(Saved data entries)
● ● ● ●

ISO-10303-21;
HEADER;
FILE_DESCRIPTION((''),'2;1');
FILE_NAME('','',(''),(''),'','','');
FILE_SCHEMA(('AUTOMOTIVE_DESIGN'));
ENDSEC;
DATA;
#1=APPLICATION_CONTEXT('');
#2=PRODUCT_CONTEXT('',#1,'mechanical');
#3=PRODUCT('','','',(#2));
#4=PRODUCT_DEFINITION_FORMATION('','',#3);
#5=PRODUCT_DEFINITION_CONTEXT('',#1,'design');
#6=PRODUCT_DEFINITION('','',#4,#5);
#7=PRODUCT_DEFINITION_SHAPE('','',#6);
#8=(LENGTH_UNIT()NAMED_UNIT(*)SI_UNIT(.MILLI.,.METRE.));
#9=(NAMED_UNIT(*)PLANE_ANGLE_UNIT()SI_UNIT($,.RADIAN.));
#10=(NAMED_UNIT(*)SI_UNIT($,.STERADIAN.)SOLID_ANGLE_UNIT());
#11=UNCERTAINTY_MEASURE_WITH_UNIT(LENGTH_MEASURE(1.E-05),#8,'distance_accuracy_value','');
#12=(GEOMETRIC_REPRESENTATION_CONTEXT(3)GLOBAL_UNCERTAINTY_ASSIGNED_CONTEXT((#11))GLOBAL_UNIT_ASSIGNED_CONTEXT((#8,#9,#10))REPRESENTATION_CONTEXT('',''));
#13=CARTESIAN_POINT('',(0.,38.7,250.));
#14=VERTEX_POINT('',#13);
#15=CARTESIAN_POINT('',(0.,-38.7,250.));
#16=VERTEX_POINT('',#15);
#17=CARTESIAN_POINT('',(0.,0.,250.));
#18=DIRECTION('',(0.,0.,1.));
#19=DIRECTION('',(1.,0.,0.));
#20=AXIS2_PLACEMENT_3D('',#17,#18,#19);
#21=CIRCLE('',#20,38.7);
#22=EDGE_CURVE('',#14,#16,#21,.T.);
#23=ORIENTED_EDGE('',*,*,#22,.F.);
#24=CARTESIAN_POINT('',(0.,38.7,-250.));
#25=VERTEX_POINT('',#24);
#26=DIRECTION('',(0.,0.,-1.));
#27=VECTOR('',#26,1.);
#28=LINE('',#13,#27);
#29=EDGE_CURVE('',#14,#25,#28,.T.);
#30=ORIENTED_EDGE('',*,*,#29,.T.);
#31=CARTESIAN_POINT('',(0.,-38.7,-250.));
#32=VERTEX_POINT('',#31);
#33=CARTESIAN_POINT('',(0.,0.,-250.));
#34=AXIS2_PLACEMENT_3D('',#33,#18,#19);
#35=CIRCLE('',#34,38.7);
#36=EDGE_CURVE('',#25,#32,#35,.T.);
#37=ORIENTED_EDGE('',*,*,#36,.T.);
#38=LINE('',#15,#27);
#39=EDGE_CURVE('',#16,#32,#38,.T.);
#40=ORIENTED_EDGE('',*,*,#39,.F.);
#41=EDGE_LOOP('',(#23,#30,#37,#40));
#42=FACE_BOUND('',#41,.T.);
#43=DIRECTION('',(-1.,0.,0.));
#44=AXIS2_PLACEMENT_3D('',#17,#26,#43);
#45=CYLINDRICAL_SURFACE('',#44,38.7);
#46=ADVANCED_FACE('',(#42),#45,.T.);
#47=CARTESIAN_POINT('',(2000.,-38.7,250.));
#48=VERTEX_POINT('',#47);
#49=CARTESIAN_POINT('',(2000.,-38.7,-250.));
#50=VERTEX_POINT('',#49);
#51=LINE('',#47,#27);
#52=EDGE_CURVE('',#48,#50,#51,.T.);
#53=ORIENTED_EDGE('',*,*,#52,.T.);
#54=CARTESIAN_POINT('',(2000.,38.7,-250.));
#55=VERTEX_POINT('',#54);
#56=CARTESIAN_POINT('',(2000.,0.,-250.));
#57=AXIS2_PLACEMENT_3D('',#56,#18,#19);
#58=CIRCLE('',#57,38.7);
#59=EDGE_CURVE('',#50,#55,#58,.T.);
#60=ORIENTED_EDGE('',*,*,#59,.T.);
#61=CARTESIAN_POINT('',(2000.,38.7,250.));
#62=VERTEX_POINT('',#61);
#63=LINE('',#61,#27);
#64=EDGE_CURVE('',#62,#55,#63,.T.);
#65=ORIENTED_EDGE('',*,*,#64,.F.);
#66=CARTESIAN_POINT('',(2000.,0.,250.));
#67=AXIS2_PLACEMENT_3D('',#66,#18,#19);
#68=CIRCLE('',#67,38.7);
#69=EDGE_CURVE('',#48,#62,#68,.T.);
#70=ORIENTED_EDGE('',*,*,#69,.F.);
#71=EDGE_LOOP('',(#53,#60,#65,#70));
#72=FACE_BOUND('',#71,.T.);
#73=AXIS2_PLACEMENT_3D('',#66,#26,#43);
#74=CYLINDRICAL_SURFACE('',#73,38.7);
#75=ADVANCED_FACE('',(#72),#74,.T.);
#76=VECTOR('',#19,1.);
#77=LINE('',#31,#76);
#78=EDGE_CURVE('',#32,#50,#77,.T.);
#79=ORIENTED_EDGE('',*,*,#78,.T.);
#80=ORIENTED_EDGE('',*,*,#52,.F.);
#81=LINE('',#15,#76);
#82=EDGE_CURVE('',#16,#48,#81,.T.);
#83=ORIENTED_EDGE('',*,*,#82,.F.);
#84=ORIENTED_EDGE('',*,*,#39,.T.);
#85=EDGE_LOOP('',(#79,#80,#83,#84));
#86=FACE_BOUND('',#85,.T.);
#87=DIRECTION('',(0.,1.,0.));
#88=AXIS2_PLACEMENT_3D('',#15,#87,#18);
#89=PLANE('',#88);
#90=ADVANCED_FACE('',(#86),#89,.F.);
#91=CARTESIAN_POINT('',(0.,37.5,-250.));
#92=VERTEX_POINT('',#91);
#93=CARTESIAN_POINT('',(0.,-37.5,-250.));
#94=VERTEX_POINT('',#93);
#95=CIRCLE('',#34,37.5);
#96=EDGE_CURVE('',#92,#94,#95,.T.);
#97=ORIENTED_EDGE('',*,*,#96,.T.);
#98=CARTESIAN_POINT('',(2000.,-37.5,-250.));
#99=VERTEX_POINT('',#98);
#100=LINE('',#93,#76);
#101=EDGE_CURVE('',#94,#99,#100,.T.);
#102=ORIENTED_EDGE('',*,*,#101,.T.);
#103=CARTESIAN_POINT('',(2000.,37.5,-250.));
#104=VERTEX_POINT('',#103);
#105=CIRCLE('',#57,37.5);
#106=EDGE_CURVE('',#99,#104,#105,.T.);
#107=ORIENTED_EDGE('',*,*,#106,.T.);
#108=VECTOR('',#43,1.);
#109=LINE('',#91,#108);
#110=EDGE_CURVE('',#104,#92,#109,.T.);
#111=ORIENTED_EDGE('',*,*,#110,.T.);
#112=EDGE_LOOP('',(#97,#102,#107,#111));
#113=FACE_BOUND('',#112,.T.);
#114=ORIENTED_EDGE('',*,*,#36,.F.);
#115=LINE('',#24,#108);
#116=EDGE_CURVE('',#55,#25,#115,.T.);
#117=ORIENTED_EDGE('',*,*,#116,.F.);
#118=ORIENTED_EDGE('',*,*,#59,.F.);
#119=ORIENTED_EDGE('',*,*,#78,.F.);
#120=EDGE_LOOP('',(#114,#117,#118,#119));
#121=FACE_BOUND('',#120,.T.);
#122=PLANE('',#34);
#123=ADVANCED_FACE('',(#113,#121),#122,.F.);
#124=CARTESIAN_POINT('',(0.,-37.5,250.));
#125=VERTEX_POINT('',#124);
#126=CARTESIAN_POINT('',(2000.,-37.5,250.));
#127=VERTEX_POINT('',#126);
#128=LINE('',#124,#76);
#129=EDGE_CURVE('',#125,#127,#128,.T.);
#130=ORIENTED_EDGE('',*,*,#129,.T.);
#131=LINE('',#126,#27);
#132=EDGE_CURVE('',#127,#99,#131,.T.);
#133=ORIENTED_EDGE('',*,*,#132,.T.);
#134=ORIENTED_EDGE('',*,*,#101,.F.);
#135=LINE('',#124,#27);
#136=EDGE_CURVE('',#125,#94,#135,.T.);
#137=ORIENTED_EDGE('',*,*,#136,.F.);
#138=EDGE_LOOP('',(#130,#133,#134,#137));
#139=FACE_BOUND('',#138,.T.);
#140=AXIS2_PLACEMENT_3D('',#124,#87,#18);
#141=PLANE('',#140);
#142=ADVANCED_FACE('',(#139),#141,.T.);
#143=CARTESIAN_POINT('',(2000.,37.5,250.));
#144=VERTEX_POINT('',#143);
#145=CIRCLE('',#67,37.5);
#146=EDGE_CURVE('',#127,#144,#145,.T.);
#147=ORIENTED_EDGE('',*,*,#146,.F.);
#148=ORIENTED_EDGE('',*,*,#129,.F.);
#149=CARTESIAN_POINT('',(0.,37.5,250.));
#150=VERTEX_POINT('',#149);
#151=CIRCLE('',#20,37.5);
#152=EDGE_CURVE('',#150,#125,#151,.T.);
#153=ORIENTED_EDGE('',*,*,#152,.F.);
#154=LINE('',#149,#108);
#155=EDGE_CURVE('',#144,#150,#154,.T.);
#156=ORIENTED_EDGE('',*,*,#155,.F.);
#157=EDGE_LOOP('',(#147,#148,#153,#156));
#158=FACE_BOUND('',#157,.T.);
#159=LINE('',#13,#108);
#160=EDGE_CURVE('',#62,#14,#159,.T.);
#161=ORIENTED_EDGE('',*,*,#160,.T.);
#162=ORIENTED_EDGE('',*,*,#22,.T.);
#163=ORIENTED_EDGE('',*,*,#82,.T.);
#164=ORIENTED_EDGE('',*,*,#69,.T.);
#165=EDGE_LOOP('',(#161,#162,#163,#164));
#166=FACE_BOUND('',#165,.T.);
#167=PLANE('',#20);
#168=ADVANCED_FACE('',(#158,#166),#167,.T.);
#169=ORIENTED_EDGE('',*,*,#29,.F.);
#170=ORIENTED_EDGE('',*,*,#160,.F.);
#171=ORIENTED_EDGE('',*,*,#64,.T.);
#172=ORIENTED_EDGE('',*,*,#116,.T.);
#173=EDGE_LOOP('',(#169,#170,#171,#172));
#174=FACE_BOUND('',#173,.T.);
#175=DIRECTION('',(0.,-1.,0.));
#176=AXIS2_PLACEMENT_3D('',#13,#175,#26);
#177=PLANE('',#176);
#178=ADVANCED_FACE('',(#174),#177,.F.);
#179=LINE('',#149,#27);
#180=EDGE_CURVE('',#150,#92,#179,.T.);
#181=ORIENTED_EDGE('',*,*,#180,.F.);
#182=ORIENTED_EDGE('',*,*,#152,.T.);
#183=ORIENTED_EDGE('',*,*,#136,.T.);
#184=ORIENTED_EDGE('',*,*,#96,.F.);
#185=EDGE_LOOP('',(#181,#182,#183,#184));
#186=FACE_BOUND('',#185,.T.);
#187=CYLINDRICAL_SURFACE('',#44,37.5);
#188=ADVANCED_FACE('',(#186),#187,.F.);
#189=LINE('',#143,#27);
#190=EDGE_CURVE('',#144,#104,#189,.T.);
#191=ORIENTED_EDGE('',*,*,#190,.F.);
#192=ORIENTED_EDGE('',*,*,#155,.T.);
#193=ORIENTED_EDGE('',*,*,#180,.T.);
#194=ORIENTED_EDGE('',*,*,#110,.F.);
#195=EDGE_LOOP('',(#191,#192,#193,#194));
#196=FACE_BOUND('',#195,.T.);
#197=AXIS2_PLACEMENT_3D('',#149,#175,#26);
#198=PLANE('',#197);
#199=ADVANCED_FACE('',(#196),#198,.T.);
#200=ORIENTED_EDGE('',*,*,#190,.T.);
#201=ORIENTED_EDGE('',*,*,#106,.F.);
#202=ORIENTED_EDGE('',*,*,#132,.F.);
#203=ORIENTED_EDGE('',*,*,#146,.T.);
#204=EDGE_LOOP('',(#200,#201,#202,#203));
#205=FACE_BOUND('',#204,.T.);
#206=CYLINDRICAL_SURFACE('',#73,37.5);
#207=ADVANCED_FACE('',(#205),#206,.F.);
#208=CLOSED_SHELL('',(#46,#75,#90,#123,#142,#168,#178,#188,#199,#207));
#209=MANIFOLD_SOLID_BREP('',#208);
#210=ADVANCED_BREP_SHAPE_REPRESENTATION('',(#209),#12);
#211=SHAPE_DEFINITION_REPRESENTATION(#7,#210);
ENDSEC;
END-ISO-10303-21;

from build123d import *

# Parameters (mm, degrees)
BOSS_EXTRUDE1_DEPTH = 250


with BuildPart() as part:
    # Sketch1 → Boss-Extrude1 (new, symmetric)
    with BuildSketch(Plane.XY):
        with BuildLine():
            Line((0, -38.7), (2000, -38.7))
            ThreePointArc((2000, -38.7), (2038.7, 0), (2000, 38.7))
            Line((2000, 38.7), (0, 38.7))
            ThreePointArc((0, 38.7), (-38.7, 0), (0, -38.7))
        make_face()
        with BuildLine():
            Line((0, 37.5), (2000, 37.5))
            ThreePointArc((2000, 37.5), (2037.5, 0), (2000, -37.5))
            Line((2000, -37.5), (0, -37.5))
            ThreePointArc((0, -37.5), (-37.5, 0), (0, 37.5))
        make_face(mode=Mode.SUBTRACT)
    extrude(amount=BOSS_EXTRUDE1_DEPTH, both=True)


solid = part.part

● ● ● ●

Output the lines of the records above exactly as they appear, from the line containing "#47=CARTESIAN_POINT('',(2000.,-38.7,250.));" through the line containing "#88=AXIS2_PLACEMENT_3D('',#15,#87,#18);".

• Answer to this exercise:
#47=CARTESIAN_POINT('',(2000.,-38.7,250.));
#48=VERTEX_POINT('',#47);
#49=CARTESIAN_POINT('',(2000.,-38.7,-250.));
#50=VERTEX_POINT('',#49);
#51=LINE('',#47,#27);
#52=EDGE_CURVE('',#48,#50,#51,.T.);
#53=ORIENTED_EDGE('',*,*,#52,.T.);
#54=CARTESIAN_POINT('',(2000.,38.7,-250.));
#55=VERTEX_POINT('',#54);
#56=CARTESIAN_POINT('',(2000.,0.,-250.));
#57=AXIS2_PLACEMENT_3D('',#56,#18,#19);
#58=CIRCLE('',#57,38.7);
#59=EDGE_CURVE('',#50,#55,#58,.T.);
#60=ORIENTED_EDGE('',*,*,#59,.T.);
#61=CARTESIAN_POINT('',(2000.,38.7,250.));
#62=VERTEX_POINT('',#61);
#63=LINE('',#61,#27);
#64=EDGE_CURVE('',#62,#55,#63,.T.);
#65=ORIENTED_EDGE('',*,*,#64,.F.);
#66=CARTESIAN_POINT('',(2000.,0.,250.));
#67=AXIS2_PLACEMENT_3D('',#66,#18,#19);
#68=CIRCLE('',#67,38.7);
#69=EDGE_CURVE('',#48,#62,#68,.T.);
#70=ORIENTED_EDGE('',*,*,#69,.F.);
#71=EDGE_LOOP('',(#53,#60,#65,#70));
#72=FACE_BOUND('',#71,.T.);
#73=AXIS2_PLACEMENT_3D('',#66,#26,#43);
#74=CYLINDRICAL_SURFACE('',#73,38.7);
#75=ADVANCED_FACE('',(#72),#74,.T.);
#76=VECTOR('',#19,1.);
#77=LINE('',#31,#76);
#78=EDGE_CURVE('',#32,#50,#77,.T.);
#79=ORIENTED_EDGE('',*,*,#78,.T.);
#80=ORIENTED_EDGE('',*,*,#52,.F.);
#81=LINE('',#15,#76);
#82=EDGE_CURVE('',#16,#48,#81,.T.);
#83=ORIENTED_EDGE('',*,*,#82,.F.);
#84=ORIENTED_EDGE('',*,*,#39,.T.);
#85=EDGE_LOOP('',(#79,#80,#83,#84));
#86=FACE_BOUND('',#85,.T.);
#87=DIRECTION('',(0.,1.,0.));
#88=AXIS2_PLACEMENT_3D('',#15,#87,#18);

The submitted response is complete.